--- DATA Enclosed Below ---

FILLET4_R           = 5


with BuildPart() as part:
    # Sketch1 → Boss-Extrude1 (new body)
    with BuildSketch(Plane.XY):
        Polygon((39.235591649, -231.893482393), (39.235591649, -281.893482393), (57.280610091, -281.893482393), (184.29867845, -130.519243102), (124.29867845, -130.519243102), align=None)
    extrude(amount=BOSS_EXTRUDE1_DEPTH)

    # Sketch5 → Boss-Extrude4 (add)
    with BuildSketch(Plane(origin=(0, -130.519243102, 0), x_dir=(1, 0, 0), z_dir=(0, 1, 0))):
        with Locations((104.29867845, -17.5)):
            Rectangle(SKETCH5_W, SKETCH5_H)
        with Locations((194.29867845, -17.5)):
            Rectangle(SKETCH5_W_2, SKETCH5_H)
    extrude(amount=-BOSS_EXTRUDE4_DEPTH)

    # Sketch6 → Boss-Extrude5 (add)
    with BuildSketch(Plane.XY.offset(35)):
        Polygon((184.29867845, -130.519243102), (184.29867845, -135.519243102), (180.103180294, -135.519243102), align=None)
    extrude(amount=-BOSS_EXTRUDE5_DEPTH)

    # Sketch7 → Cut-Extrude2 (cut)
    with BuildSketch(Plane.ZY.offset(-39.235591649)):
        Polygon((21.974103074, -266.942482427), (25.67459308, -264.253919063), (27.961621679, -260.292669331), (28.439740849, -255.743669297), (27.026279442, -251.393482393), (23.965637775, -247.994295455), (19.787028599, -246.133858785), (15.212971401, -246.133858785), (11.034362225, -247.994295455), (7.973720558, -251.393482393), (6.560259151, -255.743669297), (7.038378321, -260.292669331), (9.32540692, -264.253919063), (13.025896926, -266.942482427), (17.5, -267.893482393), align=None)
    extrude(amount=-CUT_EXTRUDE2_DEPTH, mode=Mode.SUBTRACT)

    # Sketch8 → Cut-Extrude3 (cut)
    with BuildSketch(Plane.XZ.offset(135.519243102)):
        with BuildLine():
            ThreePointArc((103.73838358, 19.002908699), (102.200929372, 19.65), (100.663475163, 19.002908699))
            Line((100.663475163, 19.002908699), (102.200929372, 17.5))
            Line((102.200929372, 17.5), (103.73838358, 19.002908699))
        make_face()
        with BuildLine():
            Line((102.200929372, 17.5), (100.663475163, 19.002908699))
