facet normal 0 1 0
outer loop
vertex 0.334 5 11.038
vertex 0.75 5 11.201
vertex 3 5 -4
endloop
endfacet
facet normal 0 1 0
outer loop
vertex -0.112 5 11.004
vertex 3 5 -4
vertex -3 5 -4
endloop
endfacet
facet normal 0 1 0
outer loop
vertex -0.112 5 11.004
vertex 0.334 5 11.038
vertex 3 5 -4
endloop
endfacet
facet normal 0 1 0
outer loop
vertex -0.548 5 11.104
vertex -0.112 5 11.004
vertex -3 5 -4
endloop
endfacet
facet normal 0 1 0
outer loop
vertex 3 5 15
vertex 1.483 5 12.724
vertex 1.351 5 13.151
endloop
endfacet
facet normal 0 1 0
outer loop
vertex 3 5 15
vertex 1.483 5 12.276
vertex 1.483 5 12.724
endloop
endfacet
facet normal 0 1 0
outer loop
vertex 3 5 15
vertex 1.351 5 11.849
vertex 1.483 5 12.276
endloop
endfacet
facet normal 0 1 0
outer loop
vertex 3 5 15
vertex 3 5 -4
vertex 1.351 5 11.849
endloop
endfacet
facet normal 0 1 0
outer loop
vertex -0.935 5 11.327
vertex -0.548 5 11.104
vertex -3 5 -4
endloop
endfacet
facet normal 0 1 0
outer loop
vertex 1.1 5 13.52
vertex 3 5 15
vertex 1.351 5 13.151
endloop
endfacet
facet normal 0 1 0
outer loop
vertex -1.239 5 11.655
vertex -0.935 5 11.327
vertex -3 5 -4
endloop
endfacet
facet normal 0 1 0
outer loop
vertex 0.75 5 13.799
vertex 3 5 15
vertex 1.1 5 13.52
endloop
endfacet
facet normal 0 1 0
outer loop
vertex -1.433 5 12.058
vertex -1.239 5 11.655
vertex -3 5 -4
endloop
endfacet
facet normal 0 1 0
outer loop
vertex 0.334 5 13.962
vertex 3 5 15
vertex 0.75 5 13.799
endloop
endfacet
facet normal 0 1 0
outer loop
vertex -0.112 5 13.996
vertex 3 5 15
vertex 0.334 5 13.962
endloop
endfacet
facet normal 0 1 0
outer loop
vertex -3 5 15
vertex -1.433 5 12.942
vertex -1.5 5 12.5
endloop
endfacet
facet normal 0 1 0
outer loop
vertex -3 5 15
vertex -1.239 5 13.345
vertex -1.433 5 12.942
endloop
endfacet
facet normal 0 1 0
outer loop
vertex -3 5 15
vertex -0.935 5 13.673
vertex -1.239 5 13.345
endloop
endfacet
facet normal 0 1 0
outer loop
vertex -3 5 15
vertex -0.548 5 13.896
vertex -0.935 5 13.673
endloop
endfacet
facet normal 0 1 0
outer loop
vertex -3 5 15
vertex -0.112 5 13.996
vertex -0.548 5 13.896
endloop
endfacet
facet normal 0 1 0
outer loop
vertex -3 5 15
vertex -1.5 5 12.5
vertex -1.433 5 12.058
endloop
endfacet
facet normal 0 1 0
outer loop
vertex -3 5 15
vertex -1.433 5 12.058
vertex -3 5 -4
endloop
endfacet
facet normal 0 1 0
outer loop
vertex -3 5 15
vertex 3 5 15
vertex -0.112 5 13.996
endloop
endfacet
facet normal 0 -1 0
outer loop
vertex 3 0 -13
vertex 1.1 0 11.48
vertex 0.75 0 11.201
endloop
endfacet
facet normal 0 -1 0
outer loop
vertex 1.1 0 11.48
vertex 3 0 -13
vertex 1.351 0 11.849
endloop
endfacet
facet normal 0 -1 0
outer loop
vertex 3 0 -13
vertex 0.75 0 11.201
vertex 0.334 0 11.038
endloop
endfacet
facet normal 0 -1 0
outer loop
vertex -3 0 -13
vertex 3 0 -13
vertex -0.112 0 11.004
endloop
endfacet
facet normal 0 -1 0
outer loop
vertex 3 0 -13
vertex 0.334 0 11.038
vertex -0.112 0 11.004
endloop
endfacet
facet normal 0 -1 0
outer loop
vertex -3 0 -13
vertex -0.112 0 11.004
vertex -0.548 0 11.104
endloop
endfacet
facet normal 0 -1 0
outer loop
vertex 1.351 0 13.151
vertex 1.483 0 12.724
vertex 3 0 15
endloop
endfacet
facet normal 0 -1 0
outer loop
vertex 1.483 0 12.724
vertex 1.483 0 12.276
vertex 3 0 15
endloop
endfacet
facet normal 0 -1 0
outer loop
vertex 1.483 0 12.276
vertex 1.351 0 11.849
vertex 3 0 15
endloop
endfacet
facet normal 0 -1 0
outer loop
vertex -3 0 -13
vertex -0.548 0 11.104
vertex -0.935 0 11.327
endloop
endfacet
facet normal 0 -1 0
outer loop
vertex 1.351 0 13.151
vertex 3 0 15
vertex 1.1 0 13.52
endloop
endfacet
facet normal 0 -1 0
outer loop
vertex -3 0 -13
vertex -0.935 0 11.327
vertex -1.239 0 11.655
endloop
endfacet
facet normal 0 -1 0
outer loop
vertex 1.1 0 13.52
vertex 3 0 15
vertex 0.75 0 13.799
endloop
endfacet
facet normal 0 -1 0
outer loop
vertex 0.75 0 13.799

--- End of Enclosed DATA ---

* _WHAT TO WORK ON_
The full set of records above must be reproduced exactly in the reply.

* _ANSWER FOR THIS EXERCISE_
FILLET4_R           = 5


with BuildPart() as part:
    # Sketch1 → Boss-Extrude1 (new body)
    with BuildSketch(Plane.XY):
        Polygon((39.235591649, -231.893482393), (39.235591649, -281.893482393), (57.280610091, -281.893482393), (184.29867845, -130.519243102), (124.29867845, -130.519243102), align=None)
    extrude(amount=BOSS_EXTRUDE1_DEPTH)

    # Sketch5 → Boss-Extrude4 (add)
    with BuildSketch(Plane(origin=(0, -130.519243102, 0), x_dir=(1, 0, 0), z_dir=(0, 1, 0))):
        with Locations((104.29867845, -17.5)):
            Rectangle(SKETCH5_W, SKETCH5_H)
        with Locations((194.29867845, -17.5)):
            Rectangle(SKETCH5_W_2, SKETCH5_H)
    extrude(amount=-BOSS_EXTRUDE4_DEPTH)

    # Sketch6 → Boss-Extrude5 (add)
    with BuildSketch(Plane.XY.offset(35)):
        Polygon((184.29867845, -130.519243102), (184.29867845, -135.519243102), (180.103180294, -135.519243102), align=None)
    extrude(amount=-BOSS_EXTRUDE5_DEPTH)

    # Sketch7 → Cut-Extrude2 (cut)
    with BuildSketch(Plane.ZY.offset(-39.235591649)):
        Polygon((21.974103074, -266.942482427), (25.67459308, -264.253919063), (27.961621679, -260.292669331), (28.439740849, -255.743669297), (27.026279442, -251.393482393), (23.965637775, -247.994295455), (19.787028599, -246.133858785), (15.212971401, -246.133858785), (11.034362225, -247.994295455), (7.973720558, -251.393482393), (6.560259151, -255.743669297), (7.038378321, -260.292669331), (9.32540692, -264.253919063), (13.025896926, -266.942482427), (17.5, -267.893482393), align=None)
    extrude(amount=-CUT_EXTRUDE2_DEPTH, mode=Mode.SUBTRACT)

    # Sketch8 → Cut-Extrude3 (cut)
    with BuildSketch(Plane.XZ.offset(135.519243102)):
        with BuildLine():
            ThreePointArc((103.73838358, 19.002908699), (102.200929372, 19.65), (100.663475163, 19.002908699))
            Line((100.663475163, 19.002908699), (102.200929372, 17.5))
            Line((102.200929372, 17.5), (103.73838358, 19.002908699))
        make_face()
        with BuildLine():
            Line((102.200929372, 17.5), (100.663475163, 19.002908699))
facet normal 0 1 0
outer loop
vertex 0.334 5 11.038
vertex 0.75 5 11.201
vertex 3 5 -4
endloop
endfacet
facet normal 0 1 0
outer loop
vertex -0.112 5 11.004
vertex 3 5 -4
vertex -3 5 -4
endloop
endfacet
facet normal 0 1 0
outer loop
vertex -0.112 5 11.004
vertex 0.334 5 11.038
vertex 3 5 -4
endloop
endfacet
facet normal 0 1 0
outer loop
vertex -0.548 5 11.104
vertex -0.112 5 11.004
vertex -3 5 -4
endloop
endfacet
facet normal 0 1 0
outer loop
vertex 3 5 15
vertex 1.483 5 12.724
vertex 1.351 5 13.151
endloop
endfacet
facet normal 0 1 0
outer loop
vertex 3 5 15
vertex 1.483 5 12.276
vertex 1.483 5 12.724
endloop
endfacet
facet normal 0 1 0
outer loop
vertex 3 5 15
vertex 1.351 5 11.849
vertex 1.483 5 12.276
endloop
endfacet
facet normal 0 1 0
outer loop
vertex 3 5 15
vertex 3 5 -4
vertex 1.351 5 11.849
endloop
endfacet
facet normal 0 1 0
outer loop
vertex -0.935 5 11.327
vertex -0.548 5 11.104
vertex -3 5 -4
endloop
endfacet
facet normal 0 1 0
outer loop
vertex 1.1 5 13.52
vertex 3 5 15
vertex 1.351 5 13.151
endloop
endfacet
facet normal 0 1 0
outer loop
vertex -1.239 5 11.655
vertex -0.935 5 11.327
vertex -3 5 -4
endloop
endfacet
facet normal 0 1 0
outer loop
vertex 0.75 5 13.799
vertex 3 5 15
vertex 1.1 5 13.52
endloop
endfacet
facet normal 0 1 0
outer loop
vertex -1.433 5 12.058
vertex -1.239 5 11.655
vertex -3 5 -4
endloop
endfacet
facet normal 0 1 0
outer loop
vertex 0.334 5 13.962
vertex 3 5 15
vertex 0.75 5 13.799
endloop
endfacet
facet normal 0 1 0
outer loop
vertex -0.112 5 13.996
vertex 3 5 15
vertex 0.334 5 13.962
endloop
endfacet
facet normal 0 1 0
outer loop
vertex -3 5 15
vertex -1.433 5 12.942
vertex -1.5 5 12.5
endloop
endfacet
facet normal 0 1 0
outer loop
vertex -3 5 15
vertex -1.239 5 13.345
vertex -1.433 5 12.942
endloop
endfacet
facet normal 0 1 0
outer loop
vertex -3 5 15
vertex -0.935 5 13.673
vertex -1.239 5 13.345
endloop
endfacet
facet normal 0 1 0
outer loop
vertex -3 5 15
vertex -0.548 5 13.896
vertex -0.935 5 13.673
endloop
endfacet
facet normal 0 1 0
outer loop
vertex -3 5 15
vertex -0.112 5 13.996
vertex -0.548 5 13.896
endloop
endfacet
facet normal 0 1 0
outer loop
vertex -3 5 15
vertex -1.5 5 12.5
vertex -1.433 5 12.058
endloop
endfacet
facet normal 0 1 0
outer loop
vertex -3 5 15
vertex -1.433 5 12.058
vertex -3 5 -4
endloop
endfacet
facet normal 0 1 0
outer loop
vertex -3 5 15
vertex 3 5 15
vertex -0.112 5 13.996
endloop
endfacet
facet normal 0 -1 0
outer loop
vertex 3 0 -13
vertex 1.1 0 11.48
vertex 0.75 0 11.201
endloop
endfacet
facet normal 0 -1 0
outer loop
vertex 1.1 0 11.48
vertex 3 0 -13
vertex 1.351 0 11.849
endloop
endfacet
facet normal 0 -1 0
outer loop
vertex 3 0 -13
vertex 0.75 0 11.201
vertex 0.334 0 11.038
endloop
endfacet
facet normal 0 -1 0
outer loop
vertex -3 0 -13
vertex 3 0 -13
vertex -0.112 0 11.004
endloop
endfacet
facet normal 0 -1 0
outer loop
vertex 3 0 -13
vertex 0.334 0 11.038
vertex -0.112 0 11.004
endloop
endfacet
facet normal 0 -1 0
outer loop
vertex -3 0 -13
vertex -0.112 0 11.004
vertex -0.548 0 11.104
endloop
endfacet
facet normal 0 -1 0
outer loop
vertex 1.351 0 13.151
vertex 1.483 0 12.724
vertex 3 0 15
endloop
endfacet
facet normal 0 -1 0
outer loop
vertex 1.483 0 12.724
vertex 1.483 0 12.276
vertex 3 0 15
endloop
endfacet
facet normal 0 -1 0
outer loop
vertex 1.483 0 12.276
vertex 1.351 0 11.849
vertex 3 0 15
endloop
endfacet
facet normal 0 -1 0
outer loop
vertex -3 0 -13
vertex -0.548 0 11.104
vertex -0.935 0 11.327
endloop
endfacet
facet normal 0 -1 0
outer loop
vertex 1.351 0 13.151
vertex 3 0 15
vertex 1.1 0 13.52
endloop
endfacet
facet normal 0 -1 0
outer loop
vertex -3 0 -13
vertex -0.935 0 11.327
vertex -1.239 0 11.655
endloop
endfacet
facet normal 0 -1 0
outer loop
vertex 1.1 0 13.52
vertex 3 0 15
vertex 0.75 0 13.799
endloop
endfacet
facet normal 0 -1 0
outer loop
vertex 0.75 0 13.799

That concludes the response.